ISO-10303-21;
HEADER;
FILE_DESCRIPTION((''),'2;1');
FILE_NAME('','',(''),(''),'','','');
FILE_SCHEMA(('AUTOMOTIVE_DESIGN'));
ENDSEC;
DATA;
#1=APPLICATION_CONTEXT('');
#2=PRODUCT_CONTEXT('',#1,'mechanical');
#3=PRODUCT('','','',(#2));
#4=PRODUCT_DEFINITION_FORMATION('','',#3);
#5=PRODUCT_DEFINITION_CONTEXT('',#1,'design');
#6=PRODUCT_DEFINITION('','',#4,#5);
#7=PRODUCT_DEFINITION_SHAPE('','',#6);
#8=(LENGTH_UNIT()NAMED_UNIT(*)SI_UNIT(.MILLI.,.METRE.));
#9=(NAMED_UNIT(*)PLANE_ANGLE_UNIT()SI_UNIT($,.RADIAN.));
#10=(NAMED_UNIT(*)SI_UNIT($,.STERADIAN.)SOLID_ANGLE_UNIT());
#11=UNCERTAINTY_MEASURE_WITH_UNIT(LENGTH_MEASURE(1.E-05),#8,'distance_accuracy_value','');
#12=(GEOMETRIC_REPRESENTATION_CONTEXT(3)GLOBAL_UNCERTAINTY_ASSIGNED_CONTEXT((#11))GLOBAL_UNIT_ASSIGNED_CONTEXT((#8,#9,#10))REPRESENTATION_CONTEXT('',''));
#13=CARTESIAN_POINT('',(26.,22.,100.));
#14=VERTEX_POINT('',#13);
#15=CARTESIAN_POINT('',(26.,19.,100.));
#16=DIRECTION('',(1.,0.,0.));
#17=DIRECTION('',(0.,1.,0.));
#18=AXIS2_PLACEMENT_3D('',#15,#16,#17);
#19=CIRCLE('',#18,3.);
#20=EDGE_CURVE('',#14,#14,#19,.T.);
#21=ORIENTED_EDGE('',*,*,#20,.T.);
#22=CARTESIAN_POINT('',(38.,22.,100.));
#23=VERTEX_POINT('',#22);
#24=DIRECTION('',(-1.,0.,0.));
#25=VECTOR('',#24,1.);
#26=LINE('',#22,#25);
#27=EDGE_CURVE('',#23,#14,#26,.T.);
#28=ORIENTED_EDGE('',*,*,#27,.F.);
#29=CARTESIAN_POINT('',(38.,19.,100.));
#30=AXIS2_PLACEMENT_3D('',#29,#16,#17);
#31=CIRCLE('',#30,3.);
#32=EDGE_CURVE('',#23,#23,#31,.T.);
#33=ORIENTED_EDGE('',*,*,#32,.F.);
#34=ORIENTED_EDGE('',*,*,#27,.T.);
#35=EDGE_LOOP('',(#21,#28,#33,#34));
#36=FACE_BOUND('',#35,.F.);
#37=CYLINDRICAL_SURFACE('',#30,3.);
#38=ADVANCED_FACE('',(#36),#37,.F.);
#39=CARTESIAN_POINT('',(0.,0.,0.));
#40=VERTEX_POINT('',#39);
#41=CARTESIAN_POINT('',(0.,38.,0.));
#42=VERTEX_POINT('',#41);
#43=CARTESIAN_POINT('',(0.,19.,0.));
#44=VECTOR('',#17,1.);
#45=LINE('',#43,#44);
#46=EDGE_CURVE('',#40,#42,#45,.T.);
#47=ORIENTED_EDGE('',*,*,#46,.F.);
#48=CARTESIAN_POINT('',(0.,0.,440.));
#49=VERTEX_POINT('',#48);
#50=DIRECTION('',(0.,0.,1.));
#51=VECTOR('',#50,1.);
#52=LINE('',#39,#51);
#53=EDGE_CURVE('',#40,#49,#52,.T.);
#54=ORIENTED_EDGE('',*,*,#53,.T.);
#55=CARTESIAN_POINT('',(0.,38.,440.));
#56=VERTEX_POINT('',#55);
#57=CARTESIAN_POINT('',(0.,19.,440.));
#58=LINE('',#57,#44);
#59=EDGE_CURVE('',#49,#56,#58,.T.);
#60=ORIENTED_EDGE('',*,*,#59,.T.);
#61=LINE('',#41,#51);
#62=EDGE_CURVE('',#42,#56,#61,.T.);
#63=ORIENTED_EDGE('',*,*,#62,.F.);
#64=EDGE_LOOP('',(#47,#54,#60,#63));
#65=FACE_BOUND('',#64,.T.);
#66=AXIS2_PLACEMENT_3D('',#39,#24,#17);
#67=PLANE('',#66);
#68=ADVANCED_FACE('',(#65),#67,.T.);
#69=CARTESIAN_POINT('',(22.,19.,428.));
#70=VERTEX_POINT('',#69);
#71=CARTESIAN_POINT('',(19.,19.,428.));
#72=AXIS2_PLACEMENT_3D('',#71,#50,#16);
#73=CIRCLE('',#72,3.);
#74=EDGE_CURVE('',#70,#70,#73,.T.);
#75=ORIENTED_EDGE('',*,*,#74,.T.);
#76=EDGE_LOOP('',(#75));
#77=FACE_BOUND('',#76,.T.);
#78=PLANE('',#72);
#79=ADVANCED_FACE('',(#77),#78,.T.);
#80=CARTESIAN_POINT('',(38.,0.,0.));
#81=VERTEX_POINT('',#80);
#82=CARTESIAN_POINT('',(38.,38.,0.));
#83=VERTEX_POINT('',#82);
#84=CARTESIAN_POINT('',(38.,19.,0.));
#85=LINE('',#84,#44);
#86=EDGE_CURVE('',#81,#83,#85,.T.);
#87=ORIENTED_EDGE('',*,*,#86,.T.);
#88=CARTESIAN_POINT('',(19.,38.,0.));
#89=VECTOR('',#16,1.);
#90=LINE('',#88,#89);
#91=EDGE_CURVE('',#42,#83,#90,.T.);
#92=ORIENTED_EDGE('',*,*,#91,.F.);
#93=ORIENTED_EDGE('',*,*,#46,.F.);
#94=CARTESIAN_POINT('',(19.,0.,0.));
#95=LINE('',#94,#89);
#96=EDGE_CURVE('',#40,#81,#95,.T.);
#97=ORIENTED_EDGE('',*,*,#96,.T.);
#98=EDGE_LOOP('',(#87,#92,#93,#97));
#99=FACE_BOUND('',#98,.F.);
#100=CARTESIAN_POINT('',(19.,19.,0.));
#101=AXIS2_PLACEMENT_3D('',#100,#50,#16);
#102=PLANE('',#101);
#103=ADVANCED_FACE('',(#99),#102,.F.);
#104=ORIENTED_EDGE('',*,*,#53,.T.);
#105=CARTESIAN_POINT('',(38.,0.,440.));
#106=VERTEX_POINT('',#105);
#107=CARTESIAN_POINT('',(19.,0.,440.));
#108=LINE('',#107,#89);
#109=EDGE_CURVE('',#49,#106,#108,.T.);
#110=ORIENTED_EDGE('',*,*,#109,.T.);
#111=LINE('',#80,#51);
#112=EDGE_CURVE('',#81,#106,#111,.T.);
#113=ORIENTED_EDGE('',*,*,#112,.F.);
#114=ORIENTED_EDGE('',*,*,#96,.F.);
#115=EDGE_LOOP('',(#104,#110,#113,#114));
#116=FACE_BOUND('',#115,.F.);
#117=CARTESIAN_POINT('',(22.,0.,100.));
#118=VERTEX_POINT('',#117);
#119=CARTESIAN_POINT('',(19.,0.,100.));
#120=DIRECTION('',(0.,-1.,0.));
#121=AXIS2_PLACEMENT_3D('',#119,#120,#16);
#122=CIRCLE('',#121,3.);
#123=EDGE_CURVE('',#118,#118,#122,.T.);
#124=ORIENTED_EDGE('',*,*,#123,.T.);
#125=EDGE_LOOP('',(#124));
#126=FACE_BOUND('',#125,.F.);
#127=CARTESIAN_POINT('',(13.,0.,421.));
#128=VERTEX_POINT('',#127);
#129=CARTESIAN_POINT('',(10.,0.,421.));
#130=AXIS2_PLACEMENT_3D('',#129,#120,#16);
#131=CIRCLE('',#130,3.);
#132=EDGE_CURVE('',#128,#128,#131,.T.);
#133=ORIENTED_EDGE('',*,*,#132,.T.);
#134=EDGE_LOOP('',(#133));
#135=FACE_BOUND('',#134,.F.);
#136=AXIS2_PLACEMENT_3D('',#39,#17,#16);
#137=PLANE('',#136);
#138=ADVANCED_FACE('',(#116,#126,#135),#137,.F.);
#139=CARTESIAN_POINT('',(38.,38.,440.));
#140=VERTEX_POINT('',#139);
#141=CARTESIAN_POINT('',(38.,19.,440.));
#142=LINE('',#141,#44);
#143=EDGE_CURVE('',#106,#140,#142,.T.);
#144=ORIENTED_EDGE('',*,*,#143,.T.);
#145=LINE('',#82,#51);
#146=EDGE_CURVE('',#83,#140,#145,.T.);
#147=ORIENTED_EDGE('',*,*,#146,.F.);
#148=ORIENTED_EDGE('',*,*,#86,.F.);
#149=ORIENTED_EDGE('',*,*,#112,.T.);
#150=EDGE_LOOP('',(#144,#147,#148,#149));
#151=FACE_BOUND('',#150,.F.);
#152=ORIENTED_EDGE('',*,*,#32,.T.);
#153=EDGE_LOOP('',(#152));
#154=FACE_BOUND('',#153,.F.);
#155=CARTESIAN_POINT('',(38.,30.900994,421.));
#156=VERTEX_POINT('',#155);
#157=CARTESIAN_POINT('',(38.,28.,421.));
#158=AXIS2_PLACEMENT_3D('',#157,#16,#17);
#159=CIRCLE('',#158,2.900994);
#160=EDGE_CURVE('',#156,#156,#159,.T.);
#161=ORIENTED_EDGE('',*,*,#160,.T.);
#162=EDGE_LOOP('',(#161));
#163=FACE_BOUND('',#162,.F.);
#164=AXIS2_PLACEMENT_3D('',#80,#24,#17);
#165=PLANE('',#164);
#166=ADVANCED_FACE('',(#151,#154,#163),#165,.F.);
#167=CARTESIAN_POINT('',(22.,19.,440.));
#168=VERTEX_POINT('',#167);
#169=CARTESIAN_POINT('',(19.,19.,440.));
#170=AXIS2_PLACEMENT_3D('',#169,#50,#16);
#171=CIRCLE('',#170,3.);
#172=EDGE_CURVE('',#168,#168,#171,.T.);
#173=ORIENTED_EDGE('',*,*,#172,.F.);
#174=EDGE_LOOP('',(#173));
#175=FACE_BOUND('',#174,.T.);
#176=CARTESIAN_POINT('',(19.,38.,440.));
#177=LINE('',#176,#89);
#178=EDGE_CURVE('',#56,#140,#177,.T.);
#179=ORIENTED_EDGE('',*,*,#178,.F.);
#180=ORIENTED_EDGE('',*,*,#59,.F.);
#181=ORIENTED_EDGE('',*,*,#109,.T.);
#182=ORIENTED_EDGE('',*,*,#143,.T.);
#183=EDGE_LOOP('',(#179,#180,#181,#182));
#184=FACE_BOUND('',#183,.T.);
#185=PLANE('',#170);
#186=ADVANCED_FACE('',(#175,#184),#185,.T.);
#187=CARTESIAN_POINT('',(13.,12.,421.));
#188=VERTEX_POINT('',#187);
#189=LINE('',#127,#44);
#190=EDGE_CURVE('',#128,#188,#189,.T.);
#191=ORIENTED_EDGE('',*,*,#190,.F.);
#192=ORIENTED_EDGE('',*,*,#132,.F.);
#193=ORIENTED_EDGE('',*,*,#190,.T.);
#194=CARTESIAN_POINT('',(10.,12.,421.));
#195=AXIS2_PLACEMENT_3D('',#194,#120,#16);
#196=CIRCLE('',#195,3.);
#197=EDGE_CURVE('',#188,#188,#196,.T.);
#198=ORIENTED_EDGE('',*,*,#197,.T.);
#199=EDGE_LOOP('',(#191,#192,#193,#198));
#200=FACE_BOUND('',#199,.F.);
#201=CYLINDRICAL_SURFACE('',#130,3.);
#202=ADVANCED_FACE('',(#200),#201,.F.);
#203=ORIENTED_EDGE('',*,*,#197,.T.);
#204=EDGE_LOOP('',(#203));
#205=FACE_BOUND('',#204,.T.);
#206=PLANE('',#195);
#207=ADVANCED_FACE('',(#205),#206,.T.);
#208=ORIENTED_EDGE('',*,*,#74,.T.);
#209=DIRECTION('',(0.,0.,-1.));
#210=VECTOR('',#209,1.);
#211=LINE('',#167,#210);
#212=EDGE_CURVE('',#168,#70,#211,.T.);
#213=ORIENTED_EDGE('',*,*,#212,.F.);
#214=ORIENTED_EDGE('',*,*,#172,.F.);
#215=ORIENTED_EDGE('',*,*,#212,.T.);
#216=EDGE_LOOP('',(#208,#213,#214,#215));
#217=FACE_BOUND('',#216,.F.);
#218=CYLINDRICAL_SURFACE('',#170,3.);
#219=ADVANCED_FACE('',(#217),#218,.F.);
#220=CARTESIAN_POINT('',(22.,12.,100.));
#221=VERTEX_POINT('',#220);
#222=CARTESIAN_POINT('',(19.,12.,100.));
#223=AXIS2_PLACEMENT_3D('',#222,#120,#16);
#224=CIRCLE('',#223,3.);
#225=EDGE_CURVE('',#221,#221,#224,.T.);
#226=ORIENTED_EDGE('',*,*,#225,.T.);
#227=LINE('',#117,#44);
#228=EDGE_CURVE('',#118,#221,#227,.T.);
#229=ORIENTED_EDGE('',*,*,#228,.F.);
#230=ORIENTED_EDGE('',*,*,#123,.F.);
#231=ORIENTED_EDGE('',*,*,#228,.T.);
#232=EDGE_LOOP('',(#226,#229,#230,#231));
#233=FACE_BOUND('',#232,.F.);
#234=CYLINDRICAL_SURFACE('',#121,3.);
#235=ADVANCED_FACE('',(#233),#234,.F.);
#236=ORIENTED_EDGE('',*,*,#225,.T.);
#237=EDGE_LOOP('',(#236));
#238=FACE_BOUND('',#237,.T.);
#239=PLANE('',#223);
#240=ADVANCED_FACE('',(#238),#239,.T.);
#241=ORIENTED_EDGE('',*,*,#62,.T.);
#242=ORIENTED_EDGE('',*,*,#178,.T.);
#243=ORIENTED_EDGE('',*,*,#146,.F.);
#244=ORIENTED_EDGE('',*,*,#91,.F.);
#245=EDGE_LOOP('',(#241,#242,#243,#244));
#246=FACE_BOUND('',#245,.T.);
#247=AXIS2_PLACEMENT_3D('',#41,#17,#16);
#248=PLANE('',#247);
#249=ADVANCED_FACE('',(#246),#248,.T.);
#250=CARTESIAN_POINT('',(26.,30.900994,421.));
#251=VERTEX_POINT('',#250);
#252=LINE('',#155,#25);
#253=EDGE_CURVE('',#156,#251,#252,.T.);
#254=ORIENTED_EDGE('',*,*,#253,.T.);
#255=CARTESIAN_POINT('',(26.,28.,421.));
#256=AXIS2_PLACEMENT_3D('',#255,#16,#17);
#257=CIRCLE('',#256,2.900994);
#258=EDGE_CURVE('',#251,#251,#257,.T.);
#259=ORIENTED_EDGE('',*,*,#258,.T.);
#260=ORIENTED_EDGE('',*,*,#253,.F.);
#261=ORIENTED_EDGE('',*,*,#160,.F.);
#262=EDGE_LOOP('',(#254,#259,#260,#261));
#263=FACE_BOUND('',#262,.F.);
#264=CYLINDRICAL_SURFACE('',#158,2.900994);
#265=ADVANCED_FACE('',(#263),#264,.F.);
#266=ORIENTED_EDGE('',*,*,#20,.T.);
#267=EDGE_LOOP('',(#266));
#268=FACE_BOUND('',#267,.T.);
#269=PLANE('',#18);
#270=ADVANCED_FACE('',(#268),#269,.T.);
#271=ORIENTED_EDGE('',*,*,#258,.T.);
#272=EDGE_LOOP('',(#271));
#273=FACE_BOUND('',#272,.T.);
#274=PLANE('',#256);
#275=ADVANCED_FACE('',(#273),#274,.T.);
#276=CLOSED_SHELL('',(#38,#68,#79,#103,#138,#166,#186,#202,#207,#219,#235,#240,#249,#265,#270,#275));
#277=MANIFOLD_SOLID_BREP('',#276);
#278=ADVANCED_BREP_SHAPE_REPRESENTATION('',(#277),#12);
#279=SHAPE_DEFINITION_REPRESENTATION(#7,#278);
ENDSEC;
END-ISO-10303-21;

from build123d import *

# Parameters (mm, degrees)
F0_W      = 38
F0_H      = 38
F1_DEPTH  = 440
F2_R      = 3
F3_DEPTH  = 12
F4_R      = 2.900994
F5_DEPTH  = 12
F6_R      = 3
F7_DEPTH  = 12
F8_R      = 3
F9_DEPTH  = 12
F10_R     = 3
F11_DEPTH = 12
F12_DEPTH = 12


with BuildPart() as f1:
    # F0 (on Top) → F1 (new body)
    with BuildSketch(Plane.XY):
        with Locations((19, 19)):
            Rectangle(F0_W, F0_H)
    extrude(amount=F1_DEPTH)

    # F2 (on face) → F3 (cut)
    with BuildSketch(Plane.XZ):
        with Locations((10, 421)):
            Circle(F2_R)
    extrude(amount=-F3_DEPTH, mode=Mode.SUBTRACT)

    # F4 (on face) → F5 (cut)
    with BuildSketch(Plane.YZ.offset(38)):
        with Locations((28, 421)):
            Circle(F4_R)
    extrude(amount=-F5_DEPTH, mode=Mode.SUBTRACT)

    # F6 (on face) → F7 (cut)
    with BuildSketch(Plane.XY.offset(440)):
        with Locations((19, 19)):
            Circle(F6_R)
    extrude(amount=-F7_DEPTH, mode=Mode.SUBTRACT)

    # F8 (on face) → F9 (cut)
    with BuildSketch(Plane.XZ):
        with Locations((19, 100)):
            Circle(F8_R)
    extrude(amount=-F9_DEPTH, mode=Mode.SUBTRACT)

    # F10 (on face) → F11 (cut)
    with BuildSketch(Plane.YZ.offset(38)):
        with Locations((19, 100)):
            Circle(F10_R)
    extrude(amount=-F11_DEPTH, mode=Mode.SUBTRACT)

    # F6 (on face) → F12 (cut)
    with BuildSketch(Plane.XY.offset(440)):
        with Locations((19, 19)):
▬▬▬
## Task objective
Output the lines above exactly, but only those between the line holding "#36=FACE_BOUND('',#35,.F.);" and the line holding "#55=CARTESIAN_POINT('',(0.,38.,440.));", inclusive.

## Answer to the exercise
#36=FACE_BOUND('',#35,.F.);
#37=CYLINDRICAL_SURFACE('',#30,3.);
#38=ADVANCED_FACE('',(#36),#37,.F.);
#39=CARTESIAN_POINT('',(0.,0.,0.));
#40=VERTEX_POINT('',#39);
#41=CARTESIAN_POINT('',(0.,38.,0.));
#42=VERTEX_POINT('',#41);
#43=CARTESIAN_POINT('',(0.,19.,0.));
#44=VECTOR('',#17,1.);
#45=LINE('',#43,#44);
#46=EDGE_CURVE('',#40,#42,#45,.T.);
#47=ORIENTED_EDGE('',*,*,#46,.F.);
#48=CARTESIAN_POINT('',(0.,0.,440.));
#49=VERTEX_POINT('',#48);
#50=DIRECTION('',(0.,0.,1.));
#51=VECTOR('',#50,1.);
#52=LINE('',#39,#51);
#53=EDGE_CURVE('',#40,#49,#52,.T.);
#54=ORIENTED_EDGE('',*,*,#53,.T.);
#55=CARTESIAN_POINT('',(0.,38.,440.));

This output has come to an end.